IRAQ

Submitted by Bill St. Clair on Thu, 22 May 2003 17:25:22 GMT
by Senator Robert Byrd
A speech given on the Senate floor on 21 May, 2003
Starts at Page S6806 of the Congressional Record.

Mr. President:

Truth, crushed to earth, shall rise again,

The eternal years of God are hers;

But Error, wounded, writhes in pain,

And dies among his worshippers.''

Truth has a way of asserting itself despite all attempts to obscure it. Distortion only serves to derail it for a time. No matter to what lengths we humans may go to obfuscate facts or delude our fellows, truth has a way of squeezing out through the cracks, eventually.

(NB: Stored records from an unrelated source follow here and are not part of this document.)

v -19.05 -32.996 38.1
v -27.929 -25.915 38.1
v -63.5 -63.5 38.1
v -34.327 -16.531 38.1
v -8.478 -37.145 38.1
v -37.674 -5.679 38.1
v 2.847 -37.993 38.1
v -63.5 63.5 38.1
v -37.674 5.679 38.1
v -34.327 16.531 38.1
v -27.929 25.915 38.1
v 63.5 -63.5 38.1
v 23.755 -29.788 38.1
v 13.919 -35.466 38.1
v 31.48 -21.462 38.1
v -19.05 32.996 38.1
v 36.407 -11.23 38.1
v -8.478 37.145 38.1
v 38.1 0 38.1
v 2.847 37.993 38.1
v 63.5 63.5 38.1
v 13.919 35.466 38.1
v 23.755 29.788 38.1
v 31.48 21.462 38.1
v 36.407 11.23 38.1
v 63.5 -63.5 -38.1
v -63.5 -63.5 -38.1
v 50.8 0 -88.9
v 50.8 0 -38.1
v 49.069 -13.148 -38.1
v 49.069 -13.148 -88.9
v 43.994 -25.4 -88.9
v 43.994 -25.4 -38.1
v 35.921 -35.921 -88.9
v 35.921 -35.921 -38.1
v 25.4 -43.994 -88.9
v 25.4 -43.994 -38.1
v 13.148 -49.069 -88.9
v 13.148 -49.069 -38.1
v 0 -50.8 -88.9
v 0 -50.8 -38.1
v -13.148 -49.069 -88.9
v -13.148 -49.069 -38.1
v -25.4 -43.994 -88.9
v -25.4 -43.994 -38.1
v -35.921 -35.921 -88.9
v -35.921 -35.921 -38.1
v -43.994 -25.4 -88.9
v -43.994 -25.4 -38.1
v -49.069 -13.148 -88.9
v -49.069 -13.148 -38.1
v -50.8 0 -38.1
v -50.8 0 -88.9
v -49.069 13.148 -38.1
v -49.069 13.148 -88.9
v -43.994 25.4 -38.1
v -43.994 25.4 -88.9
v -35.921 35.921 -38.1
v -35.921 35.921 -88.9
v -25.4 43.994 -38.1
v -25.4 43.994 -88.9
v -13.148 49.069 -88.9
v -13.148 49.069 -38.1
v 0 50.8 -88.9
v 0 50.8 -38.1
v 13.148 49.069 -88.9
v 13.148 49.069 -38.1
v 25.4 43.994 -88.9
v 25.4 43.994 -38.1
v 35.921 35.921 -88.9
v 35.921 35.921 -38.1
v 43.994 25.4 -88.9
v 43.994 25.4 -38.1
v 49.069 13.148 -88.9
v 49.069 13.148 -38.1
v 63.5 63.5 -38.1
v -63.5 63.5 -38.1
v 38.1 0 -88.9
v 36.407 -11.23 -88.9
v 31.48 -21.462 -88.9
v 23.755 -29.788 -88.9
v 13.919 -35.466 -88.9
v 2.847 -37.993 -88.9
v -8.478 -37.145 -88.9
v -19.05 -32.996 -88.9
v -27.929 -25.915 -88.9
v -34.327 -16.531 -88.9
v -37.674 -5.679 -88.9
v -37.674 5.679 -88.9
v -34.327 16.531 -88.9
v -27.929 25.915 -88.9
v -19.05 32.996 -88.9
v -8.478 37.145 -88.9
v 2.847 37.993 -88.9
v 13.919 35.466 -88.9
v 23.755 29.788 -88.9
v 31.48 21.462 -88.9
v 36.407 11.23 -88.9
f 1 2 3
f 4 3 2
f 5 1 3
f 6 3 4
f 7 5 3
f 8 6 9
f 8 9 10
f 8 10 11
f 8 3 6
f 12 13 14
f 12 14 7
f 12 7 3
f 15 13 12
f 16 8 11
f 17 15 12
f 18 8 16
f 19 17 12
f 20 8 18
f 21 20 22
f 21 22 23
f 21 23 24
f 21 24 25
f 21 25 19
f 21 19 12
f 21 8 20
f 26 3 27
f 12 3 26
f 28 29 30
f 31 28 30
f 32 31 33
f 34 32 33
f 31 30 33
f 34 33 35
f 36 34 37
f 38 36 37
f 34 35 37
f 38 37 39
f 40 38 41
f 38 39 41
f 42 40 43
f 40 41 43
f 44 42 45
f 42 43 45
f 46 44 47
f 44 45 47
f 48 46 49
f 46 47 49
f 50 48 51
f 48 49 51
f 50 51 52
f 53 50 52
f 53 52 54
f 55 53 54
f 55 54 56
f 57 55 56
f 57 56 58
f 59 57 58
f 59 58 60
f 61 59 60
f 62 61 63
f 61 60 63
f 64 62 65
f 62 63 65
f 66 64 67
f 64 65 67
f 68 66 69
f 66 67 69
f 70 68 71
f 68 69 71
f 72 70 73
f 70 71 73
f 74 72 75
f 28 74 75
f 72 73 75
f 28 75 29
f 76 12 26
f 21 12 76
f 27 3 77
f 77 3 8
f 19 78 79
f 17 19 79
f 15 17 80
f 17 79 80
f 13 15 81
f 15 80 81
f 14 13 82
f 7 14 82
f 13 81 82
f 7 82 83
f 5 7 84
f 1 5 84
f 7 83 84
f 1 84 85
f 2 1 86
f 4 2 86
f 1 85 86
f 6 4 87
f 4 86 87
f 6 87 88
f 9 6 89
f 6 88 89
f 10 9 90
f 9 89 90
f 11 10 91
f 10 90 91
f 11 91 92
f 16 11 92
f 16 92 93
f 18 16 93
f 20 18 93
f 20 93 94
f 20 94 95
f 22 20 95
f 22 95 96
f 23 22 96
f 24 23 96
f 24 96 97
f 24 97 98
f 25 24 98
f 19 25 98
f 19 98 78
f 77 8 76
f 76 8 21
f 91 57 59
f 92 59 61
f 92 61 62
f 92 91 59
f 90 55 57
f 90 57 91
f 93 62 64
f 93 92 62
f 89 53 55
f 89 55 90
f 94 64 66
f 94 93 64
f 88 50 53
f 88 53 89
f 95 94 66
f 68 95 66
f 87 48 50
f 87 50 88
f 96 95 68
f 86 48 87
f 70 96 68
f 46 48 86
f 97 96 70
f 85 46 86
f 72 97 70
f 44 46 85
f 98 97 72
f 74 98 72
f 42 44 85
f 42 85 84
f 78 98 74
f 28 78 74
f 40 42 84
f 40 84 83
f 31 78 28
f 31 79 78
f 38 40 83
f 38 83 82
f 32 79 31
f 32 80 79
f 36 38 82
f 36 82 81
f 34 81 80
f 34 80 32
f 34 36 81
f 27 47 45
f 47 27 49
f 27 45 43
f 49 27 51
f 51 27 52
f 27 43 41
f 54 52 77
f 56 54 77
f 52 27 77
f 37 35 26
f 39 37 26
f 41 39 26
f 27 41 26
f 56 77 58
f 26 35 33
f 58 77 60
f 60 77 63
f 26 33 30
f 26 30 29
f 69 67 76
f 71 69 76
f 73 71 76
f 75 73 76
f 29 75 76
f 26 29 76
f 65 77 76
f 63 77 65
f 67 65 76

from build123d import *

# Parameters (mm, degrees)
F0_W     = 127
F0_H     = 127
F1_DEPTH = 38.1
F2_R     = 50.8
F3_DEPTH = 50.8
F4_R     = 38.1
F5_DEPTH = 127.001


with BuildPart() as f1:
    # F0 (on Top) → F1 (new body, symmetric)
    with BuildSketch(Plane.XY):
        Rectangle(F0_W, F0_H)
    extrude(amount=F1_DEPTH, both=True)

    # F2 (on face) → F3 (join)
    with BuildSketch(Plane(origin=(0, 0, -38.1), x_dir=(1, 0, 0), z_dir=(0, 0, -1))):
        Circle(F2_R)
    extrude(amount=F3_DEPTH)

    # F4 (on face) → F5 (cut, through all)
    with BuildSketch(Plane(origin=(0, 0, -88.9), x_dir=(1, 0, 0), z_dir=(0, 0, -1))):
        Circle(F4_R)
    extrude(amount=-F5_DEPTH, mode=Mode.SUBTRACT)


solid = f1.part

But the danger is that at some point it may no longer matter. The danger is that damage is done before the truth is widely recognized and realized. The reality is that, sometimes, it is easier to ignore uncomfortable facts and go along with whatever distortion is currently in vogue. We see a lot of this today in politics. I see a lot of it-- more than I ever would have believed--right on this Senate floor.

Regarding the situation in Iraq, it appears to this Senator that the American people may have been lured into accepting the unprovoked invasion of a sovereign nation, in violation of long-standing international law, under false premises.

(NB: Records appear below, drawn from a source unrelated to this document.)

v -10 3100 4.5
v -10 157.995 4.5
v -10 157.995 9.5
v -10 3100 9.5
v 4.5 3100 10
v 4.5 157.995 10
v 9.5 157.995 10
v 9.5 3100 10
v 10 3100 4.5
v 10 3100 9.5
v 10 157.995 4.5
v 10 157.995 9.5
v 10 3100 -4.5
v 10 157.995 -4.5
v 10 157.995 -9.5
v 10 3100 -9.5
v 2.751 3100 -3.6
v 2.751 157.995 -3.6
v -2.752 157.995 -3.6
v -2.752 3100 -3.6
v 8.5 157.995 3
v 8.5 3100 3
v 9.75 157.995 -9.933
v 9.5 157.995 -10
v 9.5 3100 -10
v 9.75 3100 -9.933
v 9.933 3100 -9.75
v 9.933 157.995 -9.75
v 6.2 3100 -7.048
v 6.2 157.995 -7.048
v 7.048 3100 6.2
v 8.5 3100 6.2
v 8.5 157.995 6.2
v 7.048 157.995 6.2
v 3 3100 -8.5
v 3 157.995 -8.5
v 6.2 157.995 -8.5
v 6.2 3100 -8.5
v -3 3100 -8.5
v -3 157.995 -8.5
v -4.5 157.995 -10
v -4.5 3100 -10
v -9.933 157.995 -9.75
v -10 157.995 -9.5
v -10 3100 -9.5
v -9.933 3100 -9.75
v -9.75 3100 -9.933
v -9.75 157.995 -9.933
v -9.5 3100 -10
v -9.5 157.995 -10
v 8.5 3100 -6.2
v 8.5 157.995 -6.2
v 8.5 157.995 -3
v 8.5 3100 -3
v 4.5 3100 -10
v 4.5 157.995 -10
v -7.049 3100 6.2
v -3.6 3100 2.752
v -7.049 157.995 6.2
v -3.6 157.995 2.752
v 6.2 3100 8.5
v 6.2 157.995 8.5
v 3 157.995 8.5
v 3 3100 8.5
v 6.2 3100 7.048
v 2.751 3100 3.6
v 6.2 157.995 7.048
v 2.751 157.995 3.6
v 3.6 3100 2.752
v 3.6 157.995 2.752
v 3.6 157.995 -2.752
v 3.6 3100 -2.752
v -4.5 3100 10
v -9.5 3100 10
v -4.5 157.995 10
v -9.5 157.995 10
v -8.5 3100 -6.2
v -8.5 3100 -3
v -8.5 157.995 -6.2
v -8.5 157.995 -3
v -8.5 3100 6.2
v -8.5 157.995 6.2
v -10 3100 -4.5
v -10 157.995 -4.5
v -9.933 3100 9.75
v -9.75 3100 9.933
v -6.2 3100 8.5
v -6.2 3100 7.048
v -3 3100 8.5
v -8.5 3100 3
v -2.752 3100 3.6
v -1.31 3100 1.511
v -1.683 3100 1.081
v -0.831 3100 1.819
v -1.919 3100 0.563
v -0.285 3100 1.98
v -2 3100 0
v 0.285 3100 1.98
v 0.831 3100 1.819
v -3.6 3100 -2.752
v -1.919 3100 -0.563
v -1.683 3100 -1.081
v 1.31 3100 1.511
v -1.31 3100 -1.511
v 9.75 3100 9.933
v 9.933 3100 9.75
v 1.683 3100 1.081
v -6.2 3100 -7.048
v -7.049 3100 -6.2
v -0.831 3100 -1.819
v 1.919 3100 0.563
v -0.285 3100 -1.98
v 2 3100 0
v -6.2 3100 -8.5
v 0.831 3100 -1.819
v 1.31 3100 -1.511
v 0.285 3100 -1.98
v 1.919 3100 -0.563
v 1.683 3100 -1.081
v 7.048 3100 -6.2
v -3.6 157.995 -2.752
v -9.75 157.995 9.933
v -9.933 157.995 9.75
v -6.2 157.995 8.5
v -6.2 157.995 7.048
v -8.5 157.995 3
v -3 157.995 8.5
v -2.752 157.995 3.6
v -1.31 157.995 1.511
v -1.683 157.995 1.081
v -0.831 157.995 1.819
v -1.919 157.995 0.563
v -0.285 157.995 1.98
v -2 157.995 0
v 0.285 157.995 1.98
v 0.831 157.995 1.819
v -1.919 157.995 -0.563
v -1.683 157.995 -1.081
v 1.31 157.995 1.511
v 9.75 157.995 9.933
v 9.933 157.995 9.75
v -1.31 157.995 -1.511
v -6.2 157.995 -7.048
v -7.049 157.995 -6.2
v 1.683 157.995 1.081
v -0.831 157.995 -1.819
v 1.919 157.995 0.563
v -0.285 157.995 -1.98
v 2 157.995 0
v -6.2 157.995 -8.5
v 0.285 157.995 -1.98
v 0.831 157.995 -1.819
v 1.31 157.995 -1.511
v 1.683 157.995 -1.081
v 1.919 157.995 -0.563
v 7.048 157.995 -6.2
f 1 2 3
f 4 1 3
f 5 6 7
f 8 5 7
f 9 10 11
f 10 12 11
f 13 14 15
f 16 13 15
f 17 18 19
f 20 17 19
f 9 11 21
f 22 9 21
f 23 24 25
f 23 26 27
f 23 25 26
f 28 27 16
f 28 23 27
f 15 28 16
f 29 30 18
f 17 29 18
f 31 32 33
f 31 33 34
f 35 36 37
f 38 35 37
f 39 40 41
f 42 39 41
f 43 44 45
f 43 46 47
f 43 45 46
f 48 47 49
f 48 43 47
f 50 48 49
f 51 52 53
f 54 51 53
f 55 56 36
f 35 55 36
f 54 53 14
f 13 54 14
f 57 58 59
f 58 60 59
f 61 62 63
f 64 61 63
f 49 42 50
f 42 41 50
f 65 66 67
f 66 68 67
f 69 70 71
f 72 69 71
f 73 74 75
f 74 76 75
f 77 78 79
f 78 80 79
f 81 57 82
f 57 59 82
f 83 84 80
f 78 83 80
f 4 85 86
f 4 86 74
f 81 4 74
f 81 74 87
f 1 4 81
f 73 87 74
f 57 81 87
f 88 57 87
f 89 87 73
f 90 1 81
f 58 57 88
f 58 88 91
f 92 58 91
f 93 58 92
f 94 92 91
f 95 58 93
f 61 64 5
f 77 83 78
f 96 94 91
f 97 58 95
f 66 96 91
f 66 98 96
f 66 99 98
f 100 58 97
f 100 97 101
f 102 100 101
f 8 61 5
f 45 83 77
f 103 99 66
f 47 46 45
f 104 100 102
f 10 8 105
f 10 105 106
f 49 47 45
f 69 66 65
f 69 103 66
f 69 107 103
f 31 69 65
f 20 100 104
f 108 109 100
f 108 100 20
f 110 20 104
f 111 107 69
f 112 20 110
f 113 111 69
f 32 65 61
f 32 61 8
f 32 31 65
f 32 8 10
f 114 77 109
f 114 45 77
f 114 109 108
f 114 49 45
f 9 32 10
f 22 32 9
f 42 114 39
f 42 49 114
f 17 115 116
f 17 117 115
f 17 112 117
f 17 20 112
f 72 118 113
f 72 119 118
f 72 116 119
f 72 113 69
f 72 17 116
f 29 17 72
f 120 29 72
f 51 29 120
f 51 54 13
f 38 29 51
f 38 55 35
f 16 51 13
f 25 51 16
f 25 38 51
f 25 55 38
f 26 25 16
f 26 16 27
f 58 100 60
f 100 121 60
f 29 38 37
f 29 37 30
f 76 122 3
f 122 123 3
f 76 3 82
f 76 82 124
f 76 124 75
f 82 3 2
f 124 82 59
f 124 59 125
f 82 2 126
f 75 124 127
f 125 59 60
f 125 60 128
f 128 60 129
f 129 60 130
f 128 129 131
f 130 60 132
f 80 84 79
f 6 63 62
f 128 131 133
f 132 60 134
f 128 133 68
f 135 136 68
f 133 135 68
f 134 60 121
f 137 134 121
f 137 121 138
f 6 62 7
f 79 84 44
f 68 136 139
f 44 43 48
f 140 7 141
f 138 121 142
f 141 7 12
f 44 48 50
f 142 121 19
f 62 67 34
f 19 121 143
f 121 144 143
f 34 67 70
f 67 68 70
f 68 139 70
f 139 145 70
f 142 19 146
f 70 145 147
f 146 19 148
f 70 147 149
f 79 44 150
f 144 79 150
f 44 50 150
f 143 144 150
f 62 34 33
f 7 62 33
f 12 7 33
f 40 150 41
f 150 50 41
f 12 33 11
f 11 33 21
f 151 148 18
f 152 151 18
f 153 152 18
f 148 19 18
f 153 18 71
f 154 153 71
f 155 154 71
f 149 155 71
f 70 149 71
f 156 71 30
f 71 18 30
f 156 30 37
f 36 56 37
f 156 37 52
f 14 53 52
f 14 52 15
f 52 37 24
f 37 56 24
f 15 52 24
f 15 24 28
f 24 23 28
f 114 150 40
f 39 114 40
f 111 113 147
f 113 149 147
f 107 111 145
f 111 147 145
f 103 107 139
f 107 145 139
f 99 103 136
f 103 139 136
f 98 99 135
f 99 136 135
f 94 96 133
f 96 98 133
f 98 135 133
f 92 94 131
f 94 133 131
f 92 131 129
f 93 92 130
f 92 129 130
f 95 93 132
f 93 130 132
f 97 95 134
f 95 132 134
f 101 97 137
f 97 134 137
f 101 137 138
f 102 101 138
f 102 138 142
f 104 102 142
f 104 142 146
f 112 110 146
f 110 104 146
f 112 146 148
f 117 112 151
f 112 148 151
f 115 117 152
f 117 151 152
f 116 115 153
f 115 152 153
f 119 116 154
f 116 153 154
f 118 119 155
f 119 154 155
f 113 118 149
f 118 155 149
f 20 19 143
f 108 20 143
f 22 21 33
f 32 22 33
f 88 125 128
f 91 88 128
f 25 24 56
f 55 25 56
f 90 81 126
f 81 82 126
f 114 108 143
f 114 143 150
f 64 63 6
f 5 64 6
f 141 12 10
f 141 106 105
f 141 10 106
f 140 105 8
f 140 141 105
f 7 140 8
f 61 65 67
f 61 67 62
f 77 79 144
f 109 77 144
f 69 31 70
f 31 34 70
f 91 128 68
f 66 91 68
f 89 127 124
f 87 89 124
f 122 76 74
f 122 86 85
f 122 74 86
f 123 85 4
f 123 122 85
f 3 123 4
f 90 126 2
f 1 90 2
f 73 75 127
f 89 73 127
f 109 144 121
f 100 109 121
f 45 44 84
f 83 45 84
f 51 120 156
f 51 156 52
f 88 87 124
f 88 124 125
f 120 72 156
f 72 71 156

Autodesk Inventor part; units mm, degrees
ref_plane "YZ Plane" through (0, 0, 0) normal (1, 0, 0) x (0, 1, 0)
ref_plane "XZ Plane" through (0, 0, 0) normal (0, 1, 0) x (-1, 0, 0)
ref_plane "Work Plane1" through (-2.7515, 150, 3.6) normal (0, 1, 0) x (1, 0, 0)
sketch "Sketch1" plane through (-2.7515, 150, 3.6) normal (0, 1, 0) x (1, 0, 0)
  arc A0 (-6.7485, 13.6) -> (-7.2485, 13.1) centre (-6.7485, 13.1) ccw projected
  line L0 (-7.2485, 13.1) -> (-7.2485, 8.1) projected
  line L1 (-7.2485, 8.1) -> (-5.7485, 6.6) projected
  line L2 (-5.7485, 6.6) -> (-5.7485, 9.8) projected
  line L3 (-5.7485, 9.8) -> (-4.2971, 9.8) projected
  line L4 (-4.2971, 9.8) -> (-0.8485, 6.3515) projected
  line L5 (-0.8485, 6.3515) -> (-0.8485, 0.8485) projected
  line L6 (-0.8485, 0.8485) -> (-4.2971, -2.6) projected
  line L7 (-4.2971, -2.6) -> (-5.7485, -2.6) projected
  line L8 (-5.7485, -2.6) -> (-5.7485, 0.6) projected
  line L9 (-5.7485, 0.6) -> (-7.2485, -0.9) projected
  line L10 (-7.2485, -0.9) -> (-7.2485, -5.9) projected
  arc A1 (-7.2485, -5.9) -> (-6.7485, -6.4) centre (-6.7485, -5.9) ccw projected
  line L11 (-6.7485, -6.4) -> (-1.7485, -6.4) projected
  line L12 (-1.7485, -6.4) -> (-0.2485, -4.9) projected
  line L13 (-0.2485, -4.9) -> (-3.4485, -4.9) projected
  line L14 (-3.4485, -4.9) -> (-3.4485, -3.4485) projected
  line L15 (-3.4485, -3.4485) -> (0, 0) projected
  line L16 (0, 0) -> (5.5029, 0) projected
  line L17 (5.5029, 0) -> (8.9515, -3.4485) projected
  line L18 (8.9515, -3.4485) -> (8.9515, -4.9) projected
  line L19 (8.9515, -4.9) -> (5.7515, -4.9) projected
  line L20 (5.7515, -4.9) -> (7.2515, -6.4) projected
  line L21 (7.2515, -6.4) -> (12.2515, -6.4) projected
  arc A2 (12.2515, -6.4) -> (12.7515, -5.9) centre (12.2515, -5.9) ccw projected
  line L22 (12.7515, -5.9) -> (12.7515, -0.9) projected
  line L23 (12.7515, -0.9) -> (11.2515, 0.6) projected
  line L24 (11.2515, 0.6) -> (11.2515, -2.6) projected
  line L25 (11.2515, -2.6) -> (9.8, -2.6) projected
  line L26 (9.8, -2.6) -> (6.3515, 0.8485) projected
  line L27 (6.3515, 0.8485) -> (6.3515, 6.3515) projected
  line L28 (6.3515, 6.3515) -> (9.8, 9.8) projected
  line L29 (9.8, 9.8) -> (11.2515, 9.8) projected
  line L30 (11.2515, 9.8) -> (11.2515, 6.6) projected
  line L31 (11.2515, 6.6) -> (12.7515, 8.1) projected
  line L32 (12.7515, 8.1) -> (12.7515, 13.1) projected
  arc A3 (12.7515, 13.1) -> (12.2515, 13.6) centre (12.2515, 13.1) ccw projected
  line L33 (12.2515, 13.6) -> (7.2515, 13.6) projected
  line L34 (7.2515, 13.6) -> (5.7515, 12.1) projected
  line L35 (5.7515, 12.1) -> (8.9515, 12.1) projected
  line L36 (8.9515, 12.1) -> (8.9515, 10.6485) projected
  line L37 (8.9515, 10.6485) -> (5.5029, 7.2) projected
  line L38 (5.5029, 7.2) -> (0, 7.2) projected
  line L39 (0, 7.2) -> (-3.4485, 10.6485) projected
  line L40 (-3.4485, 10.6485) -> (-3.4485, 12.1) projected
  line L41 (-3.4485, 12.1) -> (-0.2485, 12.1) projected
  line L42 (-0.2485, 12.1) -> (-1.7485, 13.6) projected
  line L43 (-1.7485, 13.6) -> (-6.7485, 13.6) projected
  circle A4 centre (2.7515, 3.6) radius 2 projected
extrude "Extrusion1" add sketch "Sketch1" along normal blind 2950
ref_plane "Work Plane2" through (9.5, 150, 0) normal (0, 0, 1) x (1, 0, 0)
sketch "Sketch2" plane through (9.5, 150, 0) normal (0, 0, 1) x (1, 0, 0)
  line L0 (-30.0235, 7.9953) -> (9.9765, 7.9953)
  line L1 (9.9765, 7.9953) -> (9.9765, -0.0047)
  line L2 (9.9765, -0.0047) -> (-30.0235, -0.0047)
  line L3 (-30.0235, -0.0047) -> (-30.0235, 7.9953)
  point P0 (-9.5, -150)
  dimension "d2" = 8
  dimension "d3" = 40
extrude "Extrusion2" cut sketch "Sketch2" along normal mid plane 20
ref_plane "Work Plane3" through (-2.7515, 1628.9953, -3.6) normal (0, -1, 0) x (1, 0, 0)
ref_plane "Work Plane6" through (9.5, 150, 10) normal (0, 0, 1) x (1, 0, 0)
properties part number "20x20mmx150mm alminum profile" material "Aluminum 6061"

There is ample evidence that the horrific events of September 11 have been carefully manipulated to switch public focus from Osama bin Laden and al-Qaida who masterminded the September 11 attacks, to Saddam Hussein who did not. The run up to our invasion of Iraq featured the President and members of his Cabinet invoking every frightening image that they could conjure, from mushroom clouds, to buried caches of germ warfare, to drones poised to deliver germ laden death in our major cities. We were treated to a heavy dose of overstatement concerning Saddam Hussein's direct threat to our freedoms. The tactic was guaranteed to provoke a sure reaction from a nation still suffering from a combination of post traumatic stress and justifiable anger after the attacks of 9/11. It was the exploitation of fear. It was a placebo for the anger.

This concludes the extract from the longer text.